▸ **WORK ITEM**:
Beginning with the opening line, set down each line of the material below exactly, stopping once the line with "#29=EDGE_CURVE('',#16,#24,#28,.T.);" is done.

▸ **LISTED ENTRIES**:
Content starts

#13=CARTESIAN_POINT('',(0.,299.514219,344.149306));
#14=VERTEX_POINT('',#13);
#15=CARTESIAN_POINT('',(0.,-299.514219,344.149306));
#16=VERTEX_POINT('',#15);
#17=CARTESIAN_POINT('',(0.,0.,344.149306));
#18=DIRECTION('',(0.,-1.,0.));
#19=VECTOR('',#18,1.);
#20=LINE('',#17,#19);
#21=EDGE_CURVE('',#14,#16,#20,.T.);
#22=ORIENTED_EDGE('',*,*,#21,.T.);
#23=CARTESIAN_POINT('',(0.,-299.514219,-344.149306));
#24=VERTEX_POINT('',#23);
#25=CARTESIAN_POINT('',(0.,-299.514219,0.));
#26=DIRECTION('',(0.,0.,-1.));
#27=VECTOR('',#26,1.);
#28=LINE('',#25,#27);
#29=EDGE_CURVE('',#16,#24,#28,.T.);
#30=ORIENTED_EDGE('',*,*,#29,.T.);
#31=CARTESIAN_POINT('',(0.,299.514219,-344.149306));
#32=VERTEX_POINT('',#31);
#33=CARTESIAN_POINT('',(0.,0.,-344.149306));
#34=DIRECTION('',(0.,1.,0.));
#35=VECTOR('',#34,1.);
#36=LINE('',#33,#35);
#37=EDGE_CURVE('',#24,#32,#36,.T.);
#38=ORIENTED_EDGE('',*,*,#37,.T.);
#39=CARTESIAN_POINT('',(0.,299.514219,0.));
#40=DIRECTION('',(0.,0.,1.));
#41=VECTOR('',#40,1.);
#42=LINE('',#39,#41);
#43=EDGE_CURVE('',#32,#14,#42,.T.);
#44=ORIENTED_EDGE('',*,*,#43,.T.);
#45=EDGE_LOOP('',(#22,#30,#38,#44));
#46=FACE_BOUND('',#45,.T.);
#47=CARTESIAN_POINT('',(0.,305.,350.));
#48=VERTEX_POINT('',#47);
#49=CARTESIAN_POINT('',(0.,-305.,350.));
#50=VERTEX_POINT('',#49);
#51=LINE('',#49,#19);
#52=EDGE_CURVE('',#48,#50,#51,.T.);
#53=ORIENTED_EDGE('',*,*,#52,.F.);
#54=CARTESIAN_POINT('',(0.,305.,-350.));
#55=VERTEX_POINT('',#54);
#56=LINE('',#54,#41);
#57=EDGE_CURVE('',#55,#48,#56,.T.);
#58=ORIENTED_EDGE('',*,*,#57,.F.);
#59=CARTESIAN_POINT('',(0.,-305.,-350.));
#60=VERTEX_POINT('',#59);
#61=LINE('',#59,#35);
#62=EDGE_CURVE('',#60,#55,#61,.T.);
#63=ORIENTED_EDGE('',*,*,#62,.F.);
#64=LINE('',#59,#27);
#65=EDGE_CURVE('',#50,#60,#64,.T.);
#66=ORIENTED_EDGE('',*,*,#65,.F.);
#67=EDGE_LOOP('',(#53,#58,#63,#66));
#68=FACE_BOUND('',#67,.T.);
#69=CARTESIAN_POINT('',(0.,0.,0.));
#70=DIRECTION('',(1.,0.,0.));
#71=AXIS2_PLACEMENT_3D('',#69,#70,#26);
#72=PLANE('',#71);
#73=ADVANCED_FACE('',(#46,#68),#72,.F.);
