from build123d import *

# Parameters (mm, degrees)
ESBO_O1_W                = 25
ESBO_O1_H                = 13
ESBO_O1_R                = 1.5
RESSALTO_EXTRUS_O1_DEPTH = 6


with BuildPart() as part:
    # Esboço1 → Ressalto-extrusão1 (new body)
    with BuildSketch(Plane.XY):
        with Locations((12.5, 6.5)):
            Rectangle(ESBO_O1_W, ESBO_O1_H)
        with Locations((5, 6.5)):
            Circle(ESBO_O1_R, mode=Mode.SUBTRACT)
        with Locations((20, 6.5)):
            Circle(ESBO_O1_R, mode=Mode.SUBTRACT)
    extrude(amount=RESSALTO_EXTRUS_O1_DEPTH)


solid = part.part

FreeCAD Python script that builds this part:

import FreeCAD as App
import Part
import Sketcher

V = App.Vector

doc = App.newDocument("Part")
params = doc.addObject("Spreadsheet::Sheet", "Params")
for row, (alias, value) in enumerate([
    ("sketch1_diameter", "3 mm"),
    ("sketch1_width", "25 mm"),
    ("sketch1_height", "13 mm"),
    ("pad1_length", "6 mm"),
], start=1):
    params.set(f"A{row}", alias)
    params.set(f"B{row}", "=" + value)
    params.setAlias(f"B{row}", alias)

body = doc.addObject("PartDesign::Body", "Body")

# Sketch on XY plane
sketch1 = doc.addObject("Sketcher::SketchObject", "Sketch")
body.addObject(sketch1)
sketch1.AttachmentSupport = (doc.XY_Plane, [""])
sketch1.MapMode = "FlatFace"
sketch1.addGeometry(Part.LineSegment(V(0, 13, 0), V(0, 0, 0)), False)
sketch1.addGeometry(Part.LineSegment(V(0, 0, 0), V(25, 0, 0)), False)
sketch1.addGeometry(Part.LineSegment(V(25, 0, 0), V(25, 13, 0)), False)
sketch1.addGeometry(Part.LineSegment(V(25, 13, 0), V(0, 13, 0)), False)
sketch1.addGeometry(Part.Circle(V(5, 6.5, 0), V(0, 0, 1), 1.5), False)
sketch1.addGeometry(Part.Circle(V(20, 6.5, 0), V(0, 0, 1), 1.5), False)
sketch1.addConstraint(Sketcher.Constraint("Coincident", 0, 2, 1, 1))
sketch1.addConstraint(Sketcher.Constraint("Coincident", 1, 2, 2, 1))
sketch1.addConstraint(Sketcher.Constraint("Coincident", 2, 2, 3, 1))
sketch1.addConstraint(Sketcher.Constraint("Coincident", 3, 2, 0, 1))
sketch1.addConstraint(Sketcher.Constraint("Vertical", 0))
sketch1.addConstraint(Sketcher.Constraint("Horizontal", 1))
sketch1.addConstraint(Sketcher.Constraint("Vertical", 2))
sketch1.addConstraint(Sketcher.Constraint("Horizontal", 3))
sketch1.addConstraint(Sketcher.Constraint("Coincident", 0, 2, -1, 1))
sketch1.addConstraint(Sketcher.Constraint("Equal", 4, 5))
sketch1.addConstraint(Sketcher.Constraint("Horizontal", 4, 3, 5, 3))
sketch1.addConstraint(Sketcher.Constraint("Diameter", 4, 3.0))
sketch1.addConstraint(Sketcher.Constraint("DistanceX", 1, 1, 1, 2, 25.0))
sketch1.addConstraint(Sketcher.Constraint("DistanceY", 0, 2, 0, 1, 13.0))
sketch1.addConstraint(Sketcher.Constraint("DistanceX", -1, 1, 4, 3, 5.0))
sketch1.addConstraint(Sketcher.Constraint("DistanceX", -1, 1, 5, 3, 20.0))
sketch1.addConstraint(Sketcher.Constraint("DistanceY", -1, 1, 4, 3, 6.5))
sketch1.setExpression("Constraints[11]", "Params.sketch1_diameter")
sketch1.setExpression("Constraints[12]", "Params.sketch1_width")
sketch1.setExpression("Constraints[13]", "Params.sketch1_height")
pad1 = doc.addObject("PartDesign::Pad", "Pad")
body.addObject(pad1)
pad1.Profile = sketch1
pad1.setExpression("Length", "Params.pad1_length")

doc.recompute()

Content ends

▸ **RESULT OF THE EXERCISE**:
#13=CARTESIAN_POINT('',(0.,299.514219,344.149306));
#14=VERTEX_POINT('',#13);
#15=CARTESIAN_POINT('',(0.,-299.514219,344.149306));
#16=VERTEX_POINT('',#15);
#17=CARTESIAN_POINT('',(0.,0.,344.149306));
#18=DIRECTION('',(0.,-1.,0.));
#19=VECTOR('',#18,1.);
#20=LINE('',#17,#19);
#21=EDGE_CURVE('',#14,#16,#20,.T.);
#22=ORIENTED_EDGE('',*,*,#21,.T.);
#23=CARTESIAN_POINT('',(0.,-299.514219,-344.149306));
#24=VERTEX_POINT('',#23);
#25=CARTESIAN_POINT('',(0.,-299.514219,0.));
#26=DIRECTION('',(0.,0.,-1.));
#27=VECTOR('',#26,1.);
#28=LINE('',#25,#27);
#29=EDGE_CURVE('',#16,#24,#28,.T.);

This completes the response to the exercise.